What is required
Search the material below for the word "newObject". Copy every line where it is found.

======== Stored data

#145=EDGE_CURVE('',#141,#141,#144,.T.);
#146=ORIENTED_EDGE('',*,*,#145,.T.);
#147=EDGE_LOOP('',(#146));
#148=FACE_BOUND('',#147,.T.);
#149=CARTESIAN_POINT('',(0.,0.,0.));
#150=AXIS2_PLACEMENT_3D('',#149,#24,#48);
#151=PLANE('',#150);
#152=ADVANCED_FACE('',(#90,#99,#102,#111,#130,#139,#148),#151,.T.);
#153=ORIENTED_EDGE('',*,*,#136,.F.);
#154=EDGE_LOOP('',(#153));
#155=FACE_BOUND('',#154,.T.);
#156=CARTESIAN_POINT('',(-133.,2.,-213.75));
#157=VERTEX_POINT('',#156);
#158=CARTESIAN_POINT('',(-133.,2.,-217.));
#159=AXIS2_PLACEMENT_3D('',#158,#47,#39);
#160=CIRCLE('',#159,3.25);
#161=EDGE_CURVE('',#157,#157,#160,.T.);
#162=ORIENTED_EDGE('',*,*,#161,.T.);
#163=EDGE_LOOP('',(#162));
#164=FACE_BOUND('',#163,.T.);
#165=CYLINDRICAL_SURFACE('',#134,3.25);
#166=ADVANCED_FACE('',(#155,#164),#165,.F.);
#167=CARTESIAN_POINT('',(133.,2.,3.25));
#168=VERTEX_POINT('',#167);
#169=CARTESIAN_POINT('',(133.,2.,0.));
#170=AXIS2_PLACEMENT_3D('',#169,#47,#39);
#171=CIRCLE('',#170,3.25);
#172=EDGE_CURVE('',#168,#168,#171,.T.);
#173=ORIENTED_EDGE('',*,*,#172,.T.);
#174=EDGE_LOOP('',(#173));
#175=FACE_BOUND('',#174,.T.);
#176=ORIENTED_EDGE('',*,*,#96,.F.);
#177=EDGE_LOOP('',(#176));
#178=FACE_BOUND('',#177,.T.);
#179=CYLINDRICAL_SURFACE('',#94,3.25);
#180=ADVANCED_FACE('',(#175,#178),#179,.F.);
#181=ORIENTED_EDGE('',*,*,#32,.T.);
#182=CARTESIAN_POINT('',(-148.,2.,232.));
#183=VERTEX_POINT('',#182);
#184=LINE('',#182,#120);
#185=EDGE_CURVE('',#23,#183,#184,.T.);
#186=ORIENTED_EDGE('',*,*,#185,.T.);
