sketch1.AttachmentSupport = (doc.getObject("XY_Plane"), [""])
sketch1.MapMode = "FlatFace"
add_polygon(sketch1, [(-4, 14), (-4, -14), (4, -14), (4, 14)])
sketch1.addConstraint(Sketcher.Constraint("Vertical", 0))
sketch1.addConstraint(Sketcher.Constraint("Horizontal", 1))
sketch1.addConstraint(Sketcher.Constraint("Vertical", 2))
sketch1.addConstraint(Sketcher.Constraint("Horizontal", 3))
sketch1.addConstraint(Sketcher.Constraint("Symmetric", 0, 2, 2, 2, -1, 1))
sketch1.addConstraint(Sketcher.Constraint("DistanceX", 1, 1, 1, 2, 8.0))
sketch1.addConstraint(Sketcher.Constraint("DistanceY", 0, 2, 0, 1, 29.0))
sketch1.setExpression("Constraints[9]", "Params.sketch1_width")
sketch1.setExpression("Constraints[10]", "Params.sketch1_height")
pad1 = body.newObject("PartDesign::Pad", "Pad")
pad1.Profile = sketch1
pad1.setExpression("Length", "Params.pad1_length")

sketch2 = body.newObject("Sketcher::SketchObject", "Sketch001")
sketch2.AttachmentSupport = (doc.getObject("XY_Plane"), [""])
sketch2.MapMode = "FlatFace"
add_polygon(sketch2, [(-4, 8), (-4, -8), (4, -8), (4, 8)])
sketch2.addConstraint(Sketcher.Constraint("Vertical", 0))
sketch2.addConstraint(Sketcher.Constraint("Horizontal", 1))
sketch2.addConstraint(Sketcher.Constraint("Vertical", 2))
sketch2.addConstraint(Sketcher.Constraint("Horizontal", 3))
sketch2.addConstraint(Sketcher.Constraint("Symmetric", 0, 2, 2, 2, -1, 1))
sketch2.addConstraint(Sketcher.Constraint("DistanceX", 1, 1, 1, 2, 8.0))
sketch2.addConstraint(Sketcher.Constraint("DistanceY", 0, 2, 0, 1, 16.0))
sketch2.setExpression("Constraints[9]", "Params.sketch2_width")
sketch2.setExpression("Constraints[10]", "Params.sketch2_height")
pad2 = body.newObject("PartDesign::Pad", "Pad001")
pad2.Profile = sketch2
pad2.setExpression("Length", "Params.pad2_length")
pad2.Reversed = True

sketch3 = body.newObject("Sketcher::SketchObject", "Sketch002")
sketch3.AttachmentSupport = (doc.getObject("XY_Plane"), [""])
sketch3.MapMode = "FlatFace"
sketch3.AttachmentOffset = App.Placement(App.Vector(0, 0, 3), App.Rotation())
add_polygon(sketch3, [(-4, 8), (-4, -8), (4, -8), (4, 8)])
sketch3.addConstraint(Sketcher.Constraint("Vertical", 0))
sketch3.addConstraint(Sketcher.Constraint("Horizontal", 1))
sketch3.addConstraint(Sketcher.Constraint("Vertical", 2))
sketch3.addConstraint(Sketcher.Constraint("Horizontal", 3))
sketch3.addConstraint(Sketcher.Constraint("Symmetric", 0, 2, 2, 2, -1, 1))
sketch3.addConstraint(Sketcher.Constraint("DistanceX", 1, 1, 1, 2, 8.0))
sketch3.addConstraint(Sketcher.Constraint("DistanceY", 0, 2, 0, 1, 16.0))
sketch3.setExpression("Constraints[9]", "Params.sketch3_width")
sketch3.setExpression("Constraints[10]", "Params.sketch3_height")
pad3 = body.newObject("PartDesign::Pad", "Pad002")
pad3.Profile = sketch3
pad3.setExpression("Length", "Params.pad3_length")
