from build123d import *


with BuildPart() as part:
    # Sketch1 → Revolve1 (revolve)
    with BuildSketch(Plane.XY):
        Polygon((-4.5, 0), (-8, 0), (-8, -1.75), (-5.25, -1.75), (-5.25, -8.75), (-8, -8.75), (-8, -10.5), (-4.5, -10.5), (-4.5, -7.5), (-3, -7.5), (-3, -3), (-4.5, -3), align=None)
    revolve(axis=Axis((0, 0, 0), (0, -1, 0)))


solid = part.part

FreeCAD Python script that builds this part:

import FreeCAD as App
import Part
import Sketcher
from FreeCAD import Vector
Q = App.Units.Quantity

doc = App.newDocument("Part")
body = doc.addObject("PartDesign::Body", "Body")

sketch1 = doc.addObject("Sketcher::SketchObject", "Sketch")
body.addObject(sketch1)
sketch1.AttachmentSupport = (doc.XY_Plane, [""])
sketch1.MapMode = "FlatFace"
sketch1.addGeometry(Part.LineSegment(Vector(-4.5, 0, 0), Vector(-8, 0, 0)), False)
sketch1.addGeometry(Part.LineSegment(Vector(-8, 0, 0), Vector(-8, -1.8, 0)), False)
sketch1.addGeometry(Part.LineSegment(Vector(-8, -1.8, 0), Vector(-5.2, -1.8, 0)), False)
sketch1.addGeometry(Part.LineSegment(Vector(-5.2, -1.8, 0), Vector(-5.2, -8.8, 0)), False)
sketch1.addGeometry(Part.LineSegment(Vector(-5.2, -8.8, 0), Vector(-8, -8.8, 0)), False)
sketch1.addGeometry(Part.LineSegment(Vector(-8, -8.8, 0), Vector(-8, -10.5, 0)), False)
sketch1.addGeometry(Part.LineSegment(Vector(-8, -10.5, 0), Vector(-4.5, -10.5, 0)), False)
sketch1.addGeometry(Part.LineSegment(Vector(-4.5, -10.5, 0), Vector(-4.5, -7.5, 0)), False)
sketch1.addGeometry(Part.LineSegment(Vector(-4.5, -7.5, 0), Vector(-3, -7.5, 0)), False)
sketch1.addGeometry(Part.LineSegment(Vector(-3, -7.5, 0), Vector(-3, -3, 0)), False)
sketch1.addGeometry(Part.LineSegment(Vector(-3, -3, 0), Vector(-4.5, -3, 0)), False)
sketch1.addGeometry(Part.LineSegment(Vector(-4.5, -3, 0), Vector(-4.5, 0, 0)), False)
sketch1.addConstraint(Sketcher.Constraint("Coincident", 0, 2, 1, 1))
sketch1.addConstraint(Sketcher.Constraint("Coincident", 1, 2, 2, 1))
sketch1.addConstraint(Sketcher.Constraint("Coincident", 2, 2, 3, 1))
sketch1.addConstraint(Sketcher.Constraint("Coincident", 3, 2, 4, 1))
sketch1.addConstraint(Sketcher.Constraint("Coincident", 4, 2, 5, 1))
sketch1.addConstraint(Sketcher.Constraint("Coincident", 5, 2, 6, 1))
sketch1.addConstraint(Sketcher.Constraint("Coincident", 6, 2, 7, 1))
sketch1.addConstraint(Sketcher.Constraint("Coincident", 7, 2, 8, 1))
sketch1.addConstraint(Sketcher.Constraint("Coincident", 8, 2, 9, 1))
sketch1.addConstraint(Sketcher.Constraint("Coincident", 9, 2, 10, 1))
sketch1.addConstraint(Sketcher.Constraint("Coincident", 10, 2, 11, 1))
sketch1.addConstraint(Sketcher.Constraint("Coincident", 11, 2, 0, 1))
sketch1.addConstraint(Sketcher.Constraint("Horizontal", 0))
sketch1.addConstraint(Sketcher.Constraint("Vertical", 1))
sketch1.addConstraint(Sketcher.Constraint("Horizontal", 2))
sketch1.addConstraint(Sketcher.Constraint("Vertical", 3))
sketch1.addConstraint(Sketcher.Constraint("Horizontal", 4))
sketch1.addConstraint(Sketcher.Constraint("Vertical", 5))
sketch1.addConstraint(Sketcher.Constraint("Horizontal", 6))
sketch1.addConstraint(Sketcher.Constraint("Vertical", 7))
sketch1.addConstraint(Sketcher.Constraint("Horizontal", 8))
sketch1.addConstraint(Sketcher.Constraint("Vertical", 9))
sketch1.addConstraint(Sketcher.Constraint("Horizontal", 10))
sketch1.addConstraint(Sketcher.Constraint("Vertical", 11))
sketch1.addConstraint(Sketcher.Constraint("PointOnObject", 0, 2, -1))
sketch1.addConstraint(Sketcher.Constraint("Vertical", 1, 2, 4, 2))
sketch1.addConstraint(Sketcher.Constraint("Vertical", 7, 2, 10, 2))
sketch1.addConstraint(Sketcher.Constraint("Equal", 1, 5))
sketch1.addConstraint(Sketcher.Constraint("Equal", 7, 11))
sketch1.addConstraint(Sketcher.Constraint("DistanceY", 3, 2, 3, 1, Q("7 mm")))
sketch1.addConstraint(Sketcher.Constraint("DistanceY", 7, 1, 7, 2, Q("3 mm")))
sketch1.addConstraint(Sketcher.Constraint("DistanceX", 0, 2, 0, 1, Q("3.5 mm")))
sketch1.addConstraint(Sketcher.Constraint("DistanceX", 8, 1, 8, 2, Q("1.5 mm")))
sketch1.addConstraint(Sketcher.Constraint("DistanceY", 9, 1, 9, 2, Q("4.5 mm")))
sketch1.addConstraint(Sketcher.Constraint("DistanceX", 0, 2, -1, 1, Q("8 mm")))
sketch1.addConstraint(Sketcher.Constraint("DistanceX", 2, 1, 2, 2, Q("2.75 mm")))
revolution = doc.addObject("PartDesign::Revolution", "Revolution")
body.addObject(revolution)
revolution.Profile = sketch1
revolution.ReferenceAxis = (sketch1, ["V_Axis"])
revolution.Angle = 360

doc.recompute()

================

Answer to the exercise
pad1 = body.newObject("PartDesign::Pad", "Pad")
sketch2 = body.newObject("Sketcher::SketchObject", "Sketch001")
pad2 = body.newObject("PartDesign::Pad", "Pad001")
sketch3 = body.newObject("Sketcher::SketchObject", "Sketch002")
pad3 = body.newObject("PartDesign::Pad", "Pad002")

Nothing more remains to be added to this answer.